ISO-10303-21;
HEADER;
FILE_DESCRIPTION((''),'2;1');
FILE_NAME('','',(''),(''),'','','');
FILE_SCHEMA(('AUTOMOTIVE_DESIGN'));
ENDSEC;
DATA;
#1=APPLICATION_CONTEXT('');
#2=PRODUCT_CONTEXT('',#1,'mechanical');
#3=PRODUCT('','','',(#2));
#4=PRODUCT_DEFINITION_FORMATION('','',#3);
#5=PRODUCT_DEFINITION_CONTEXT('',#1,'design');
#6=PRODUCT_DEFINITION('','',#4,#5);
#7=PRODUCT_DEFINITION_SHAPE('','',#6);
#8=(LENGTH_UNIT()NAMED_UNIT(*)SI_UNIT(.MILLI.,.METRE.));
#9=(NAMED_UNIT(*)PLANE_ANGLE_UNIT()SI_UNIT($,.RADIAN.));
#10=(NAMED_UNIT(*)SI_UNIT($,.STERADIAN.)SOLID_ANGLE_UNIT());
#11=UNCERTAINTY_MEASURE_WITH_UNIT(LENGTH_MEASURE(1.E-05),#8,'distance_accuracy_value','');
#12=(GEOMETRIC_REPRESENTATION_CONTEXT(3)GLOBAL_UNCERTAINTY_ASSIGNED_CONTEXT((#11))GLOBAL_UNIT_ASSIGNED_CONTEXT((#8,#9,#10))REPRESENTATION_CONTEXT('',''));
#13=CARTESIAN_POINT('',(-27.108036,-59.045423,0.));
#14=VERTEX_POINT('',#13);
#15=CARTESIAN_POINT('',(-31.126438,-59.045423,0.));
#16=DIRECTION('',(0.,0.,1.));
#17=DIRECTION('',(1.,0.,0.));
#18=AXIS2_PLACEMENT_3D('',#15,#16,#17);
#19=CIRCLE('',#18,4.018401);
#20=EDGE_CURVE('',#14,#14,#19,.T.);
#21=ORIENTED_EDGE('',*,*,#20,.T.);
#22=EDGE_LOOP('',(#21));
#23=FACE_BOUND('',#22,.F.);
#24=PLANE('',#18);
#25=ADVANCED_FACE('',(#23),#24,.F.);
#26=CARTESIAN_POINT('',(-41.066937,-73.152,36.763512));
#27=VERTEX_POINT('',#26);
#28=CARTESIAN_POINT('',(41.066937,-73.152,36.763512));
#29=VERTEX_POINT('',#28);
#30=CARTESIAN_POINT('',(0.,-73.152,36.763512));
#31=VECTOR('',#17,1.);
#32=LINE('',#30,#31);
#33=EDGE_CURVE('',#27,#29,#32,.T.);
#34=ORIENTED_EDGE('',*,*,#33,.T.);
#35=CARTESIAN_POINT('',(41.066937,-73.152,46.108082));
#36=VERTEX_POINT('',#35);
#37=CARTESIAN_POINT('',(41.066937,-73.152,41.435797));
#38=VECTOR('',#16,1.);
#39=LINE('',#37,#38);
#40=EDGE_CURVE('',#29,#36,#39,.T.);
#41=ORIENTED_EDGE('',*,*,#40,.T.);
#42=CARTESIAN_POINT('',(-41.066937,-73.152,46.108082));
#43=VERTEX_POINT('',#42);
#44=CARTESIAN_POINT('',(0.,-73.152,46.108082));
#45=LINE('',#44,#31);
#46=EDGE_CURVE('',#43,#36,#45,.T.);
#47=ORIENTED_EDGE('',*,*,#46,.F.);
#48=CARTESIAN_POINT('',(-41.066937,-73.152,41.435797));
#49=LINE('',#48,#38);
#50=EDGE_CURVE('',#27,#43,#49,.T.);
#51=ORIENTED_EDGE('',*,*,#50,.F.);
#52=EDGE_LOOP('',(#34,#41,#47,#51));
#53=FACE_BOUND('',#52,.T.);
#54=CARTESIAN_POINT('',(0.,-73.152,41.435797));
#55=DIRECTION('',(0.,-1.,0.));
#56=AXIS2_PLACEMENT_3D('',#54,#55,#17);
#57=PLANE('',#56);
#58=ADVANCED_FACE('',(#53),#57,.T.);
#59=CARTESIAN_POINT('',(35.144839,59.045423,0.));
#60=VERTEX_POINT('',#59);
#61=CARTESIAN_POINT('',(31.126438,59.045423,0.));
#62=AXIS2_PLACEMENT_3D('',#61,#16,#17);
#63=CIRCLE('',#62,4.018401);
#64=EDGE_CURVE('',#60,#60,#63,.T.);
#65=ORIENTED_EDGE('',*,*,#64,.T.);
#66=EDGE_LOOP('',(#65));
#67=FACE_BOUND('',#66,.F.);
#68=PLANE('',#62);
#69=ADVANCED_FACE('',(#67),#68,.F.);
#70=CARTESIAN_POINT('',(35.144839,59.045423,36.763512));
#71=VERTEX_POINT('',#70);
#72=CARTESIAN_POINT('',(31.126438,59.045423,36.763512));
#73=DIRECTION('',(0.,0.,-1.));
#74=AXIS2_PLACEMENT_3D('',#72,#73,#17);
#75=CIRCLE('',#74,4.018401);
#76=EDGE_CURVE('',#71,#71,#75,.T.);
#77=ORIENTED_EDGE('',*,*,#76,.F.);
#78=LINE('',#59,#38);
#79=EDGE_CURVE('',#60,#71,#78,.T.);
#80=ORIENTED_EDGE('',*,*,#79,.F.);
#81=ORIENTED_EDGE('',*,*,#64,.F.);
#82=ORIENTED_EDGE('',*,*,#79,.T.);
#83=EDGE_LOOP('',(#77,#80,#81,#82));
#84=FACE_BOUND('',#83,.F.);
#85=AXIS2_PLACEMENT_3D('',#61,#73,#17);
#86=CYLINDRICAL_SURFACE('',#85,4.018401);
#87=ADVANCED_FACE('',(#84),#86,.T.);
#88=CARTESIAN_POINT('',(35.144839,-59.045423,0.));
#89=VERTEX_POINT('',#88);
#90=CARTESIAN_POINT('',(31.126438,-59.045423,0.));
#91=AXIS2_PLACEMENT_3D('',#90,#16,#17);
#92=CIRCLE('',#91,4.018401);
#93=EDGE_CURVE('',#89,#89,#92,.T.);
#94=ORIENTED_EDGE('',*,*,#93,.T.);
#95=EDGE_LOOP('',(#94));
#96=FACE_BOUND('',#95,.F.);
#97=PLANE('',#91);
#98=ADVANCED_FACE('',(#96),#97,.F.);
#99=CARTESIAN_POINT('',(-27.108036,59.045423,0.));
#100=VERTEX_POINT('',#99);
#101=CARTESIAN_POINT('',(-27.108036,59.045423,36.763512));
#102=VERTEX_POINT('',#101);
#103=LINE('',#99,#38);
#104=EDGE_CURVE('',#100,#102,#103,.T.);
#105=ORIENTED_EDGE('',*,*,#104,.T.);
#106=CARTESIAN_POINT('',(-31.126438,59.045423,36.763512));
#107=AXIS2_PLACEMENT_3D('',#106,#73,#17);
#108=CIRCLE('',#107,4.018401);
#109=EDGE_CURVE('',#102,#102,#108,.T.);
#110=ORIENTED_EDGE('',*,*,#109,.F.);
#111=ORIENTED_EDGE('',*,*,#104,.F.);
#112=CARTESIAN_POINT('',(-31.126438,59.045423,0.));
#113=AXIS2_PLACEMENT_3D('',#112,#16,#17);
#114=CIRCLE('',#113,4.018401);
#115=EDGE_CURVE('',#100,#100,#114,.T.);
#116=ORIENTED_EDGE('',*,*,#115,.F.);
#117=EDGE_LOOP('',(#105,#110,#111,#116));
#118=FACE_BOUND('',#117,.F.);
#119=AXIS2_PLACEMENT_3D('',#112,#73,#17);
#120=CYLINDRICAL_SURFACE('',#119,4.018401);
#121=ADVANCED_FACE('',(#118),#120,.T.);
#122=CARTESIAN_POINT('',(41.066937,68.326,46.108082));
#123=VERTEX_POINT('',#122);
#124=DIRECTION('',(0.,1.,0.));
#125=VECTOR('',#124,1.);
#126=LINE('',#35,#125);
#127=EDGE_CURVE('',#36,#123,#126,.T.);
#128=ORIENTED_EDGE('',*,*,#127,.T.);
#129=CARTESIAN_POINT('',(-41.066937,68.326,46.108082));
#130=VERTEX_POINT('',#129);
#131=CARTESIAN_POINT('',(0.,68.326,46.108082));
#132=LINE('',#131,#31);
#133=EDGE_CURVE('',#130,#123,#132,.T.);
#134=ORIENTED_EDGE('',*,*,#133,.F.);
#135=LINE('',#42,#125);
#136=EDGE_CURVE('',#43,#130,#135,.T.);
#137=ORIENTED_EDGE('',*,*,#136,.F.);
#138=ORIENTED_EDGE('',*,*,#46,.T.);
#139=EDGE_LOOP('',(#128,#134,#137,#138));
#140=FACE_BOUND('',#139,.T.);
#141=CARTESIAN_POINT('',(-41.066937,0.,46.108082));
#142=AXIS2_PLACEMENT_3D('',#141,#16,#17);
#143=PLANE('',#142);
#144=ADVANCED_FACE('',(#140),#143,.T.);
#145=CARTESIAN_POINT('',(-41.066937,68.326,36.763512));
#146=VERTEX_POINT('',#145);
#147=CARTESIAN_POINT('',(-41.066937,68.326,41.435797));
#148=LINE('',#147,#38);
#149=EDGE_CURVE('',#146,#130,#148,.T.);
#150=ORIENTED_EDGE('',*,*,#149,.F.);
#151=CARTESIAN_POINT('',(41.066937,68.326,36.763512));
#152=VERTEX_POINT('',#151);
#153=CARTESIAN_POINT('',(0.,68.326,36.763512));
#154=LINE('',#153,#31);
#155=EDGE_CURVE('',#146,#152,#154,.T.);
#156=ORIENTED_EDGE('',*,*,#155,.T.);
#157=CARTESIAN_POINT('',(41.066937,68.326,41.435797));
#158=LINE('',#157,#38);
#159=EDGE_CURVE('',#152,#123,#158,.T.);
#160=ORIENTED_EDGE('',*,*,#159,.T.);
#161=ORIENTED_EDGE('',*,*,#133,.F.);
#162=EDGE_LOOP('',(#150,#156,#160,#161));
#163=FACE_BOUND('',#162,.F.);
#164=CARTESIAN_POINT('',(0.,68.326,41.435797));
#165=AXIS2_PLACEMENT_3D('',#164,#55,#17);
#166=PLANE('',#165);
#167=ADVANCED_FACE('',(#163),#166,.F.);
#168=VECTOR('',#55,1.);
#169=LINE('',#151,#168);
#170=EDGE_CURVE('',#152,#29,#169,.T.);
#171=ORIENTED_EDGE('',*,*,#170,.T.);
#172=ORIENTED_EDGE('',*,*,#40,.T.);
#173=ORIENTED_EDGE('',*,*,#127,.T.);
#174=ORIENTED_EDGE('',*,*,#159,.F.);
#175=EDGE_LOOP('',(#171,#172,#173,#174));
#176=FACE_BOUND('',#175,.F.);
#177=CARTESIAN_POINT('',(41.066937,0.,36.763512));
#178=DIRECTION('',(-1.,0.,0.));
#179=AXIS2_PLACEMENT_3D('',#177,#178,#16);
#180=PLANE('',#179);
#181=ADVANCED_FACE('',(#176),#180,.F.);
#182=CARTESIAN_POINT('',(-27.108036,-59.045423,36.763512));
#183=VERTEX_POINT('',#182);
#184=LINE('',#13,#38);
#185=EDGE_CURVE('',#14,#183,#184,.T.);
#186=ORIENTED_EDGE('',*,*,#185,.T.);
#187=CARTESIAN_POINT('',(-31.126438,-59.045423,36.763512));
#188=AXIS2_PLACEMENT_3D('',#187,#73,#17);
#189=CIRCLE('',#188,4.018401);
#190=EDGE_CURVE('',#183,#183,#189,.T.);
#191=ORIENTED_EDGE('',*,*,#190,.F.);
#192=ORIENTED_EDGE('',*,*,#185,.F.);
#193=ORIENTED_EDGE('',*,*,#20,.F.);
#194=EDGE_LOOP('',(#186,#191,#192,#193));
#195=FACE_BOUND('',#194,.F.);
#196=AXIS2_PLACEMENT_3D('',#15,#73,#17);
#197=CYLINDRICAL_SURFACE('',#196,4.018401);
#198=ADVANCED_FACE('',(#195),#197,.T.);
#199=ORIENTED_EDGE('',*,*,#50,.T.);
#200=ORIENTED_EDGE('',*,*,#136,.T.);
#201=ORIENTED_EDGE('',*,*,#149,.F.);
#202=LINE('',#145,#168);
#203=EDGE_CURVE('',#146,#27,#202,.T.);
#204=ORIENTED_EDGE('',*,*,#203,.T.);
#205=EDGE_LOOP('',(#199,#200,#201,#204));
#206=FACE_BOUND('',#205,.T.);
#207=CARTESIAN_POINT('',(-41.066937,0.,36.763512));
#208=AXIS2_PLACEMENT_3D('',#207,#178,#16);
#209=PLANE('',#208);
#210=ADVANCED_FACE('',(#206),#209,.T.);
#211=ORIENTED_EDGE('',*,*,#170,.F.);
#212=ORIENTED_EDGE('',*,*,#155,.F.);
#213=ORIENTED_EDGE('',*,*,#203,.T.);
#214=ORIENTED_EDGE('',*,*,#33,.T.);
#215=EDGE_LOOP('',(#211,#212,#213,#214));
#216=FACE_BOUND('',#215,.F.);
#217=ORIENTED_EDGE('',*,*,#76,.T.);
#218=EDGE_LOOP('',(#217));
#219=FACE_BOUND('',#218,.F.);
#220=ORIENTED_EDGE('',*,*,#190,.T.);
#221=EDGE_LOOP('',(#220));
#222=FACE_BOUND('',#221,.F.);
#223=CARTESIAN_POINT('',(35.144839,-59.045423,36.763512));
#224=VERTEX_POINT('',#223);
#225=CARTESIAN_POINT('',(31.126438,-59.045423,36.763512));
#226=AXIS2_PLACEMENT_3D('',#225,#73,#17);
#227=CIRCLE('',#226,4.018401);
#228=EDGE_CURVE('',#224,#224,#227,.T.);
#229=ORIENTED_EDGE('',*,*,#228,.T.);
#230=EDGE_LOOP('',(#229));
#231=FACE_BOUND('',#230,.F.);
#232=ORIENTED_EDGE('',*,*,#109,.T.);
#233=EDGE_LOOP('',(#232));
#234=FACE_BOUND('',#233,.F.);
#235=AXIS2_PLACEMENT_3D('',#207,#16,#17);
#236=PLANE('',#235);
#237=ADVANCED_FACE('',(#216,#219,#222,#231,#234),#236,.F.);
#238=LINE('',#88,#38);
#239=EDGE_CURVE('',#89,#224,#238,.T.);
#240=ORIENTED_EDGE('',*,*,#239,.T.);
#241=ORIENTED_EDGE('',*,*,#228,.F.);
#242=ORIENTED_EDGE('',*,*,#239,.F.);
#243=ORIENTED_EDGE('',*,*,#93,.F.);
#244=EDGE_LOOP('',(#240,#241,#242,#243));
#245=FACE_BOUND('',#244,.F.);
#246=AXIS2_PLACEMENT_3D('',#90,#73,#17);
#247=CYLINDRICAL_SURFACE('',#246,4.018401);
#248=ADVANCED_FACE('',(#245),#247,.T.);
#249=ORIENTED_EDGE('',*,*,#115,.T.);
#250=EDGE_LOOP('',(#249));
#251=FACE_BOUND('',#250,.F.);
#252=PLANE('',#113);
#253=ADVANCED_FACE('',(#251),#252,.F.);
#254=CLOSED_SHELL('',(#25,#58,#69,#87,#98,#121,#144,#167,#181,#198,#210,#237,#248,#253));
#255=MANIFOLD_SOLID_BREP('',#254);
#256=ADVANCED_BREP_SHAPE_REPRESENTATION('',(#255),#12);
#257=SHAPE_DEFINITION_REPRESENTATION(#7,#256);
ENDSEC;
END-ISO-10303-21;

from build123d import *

# Parameters (mm, degrees)
F0_W          = 82.1338742971
F0_H          = 9.3445703387
F1_DEPTH      = 68.326
F1_DEPTH_BACK = 73.152
F2_R          = 4.0184012563
F3_DEPTH      = 45.72


with BuildPart() as f1:
    # F0 (on Front) → F1 (new body, two sides)
    with BuildSketch(Plane.XZ) as f1_sk:
        with Locations((0, 41.4357967675)):
            Rectangle(F0_W, F0_H)
    extrude(amount=-F1_DEPTH)
    extrude(f1_sk.sketch, amount=F1_DEPTH_BACK)

    # F2 (on Top) → F3 (join)
    with BuildSketch(Plane.XY):
        with Locations((-31.1264377087, 59.0454228222)):
            Circle(F2_R)
        with Locations((31.1264377087, 59.0454228222)):
            Circle(F2_R)
        with Locations((-31.1264377087, -59.0454228222)):
            Circle(F2_R)
        with Locations((31.1264377087, -59.0454228222)):
            Circle(F2_R)
    extrude(amount=F3_DEPTH)


solid = f1.part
§ §
EXERCISE BRIEF :: The range runs from the line above containing "#138=ORIENTED_EDGE('',*,*,#46,.T.);" to the line containing "#155=EDGE_CURVE('',#146,#152,#154,.T.);", inclusive. Restate those lines word for word and no others.

RESULT OF THE EXERCISE ::
#138=ORIENTED_EDGE('',*,*,#46,.T.);
#139=EDGE_LOOP('',(#128,#134,#137,#138));
#140=FACE_BOUND('',#139,.T.);
#141=CARTESIAN_POINT('',(-41.066937,0.,46.108082));
#142=AXIS2_PLACEMENT_3D('',#141,#16,#17);
#143=PLANE('',#142);
#144=ADVANCED_FACE('',(#140),#143,.T.);
#145=CARTESIAN_POINT('',(-41.066937,68.326,36.763512));
#146=VERTEX_POINT('',#145);
#147=CARTESIAN_POINT('',(-41.066937,68.326,41.435797));
#148=LINE('',#147,#38);
#149=EDGE_CURVE('',#146,#130,#148,.T.);
#150=ORIENTED_EDGE('',*,*,#149,.F.);
#151=CARTESIAN_POINT('',(41.066937,68.326,36.763512));
#152=VERTEX_POINT('',#151);
#153=CARTESIAN_POINT('',(0.,68.326,36.763512));
#154=LINE('',#153,#31);
#155=EDGE_CURVE('',#146,#152,#154,.T.);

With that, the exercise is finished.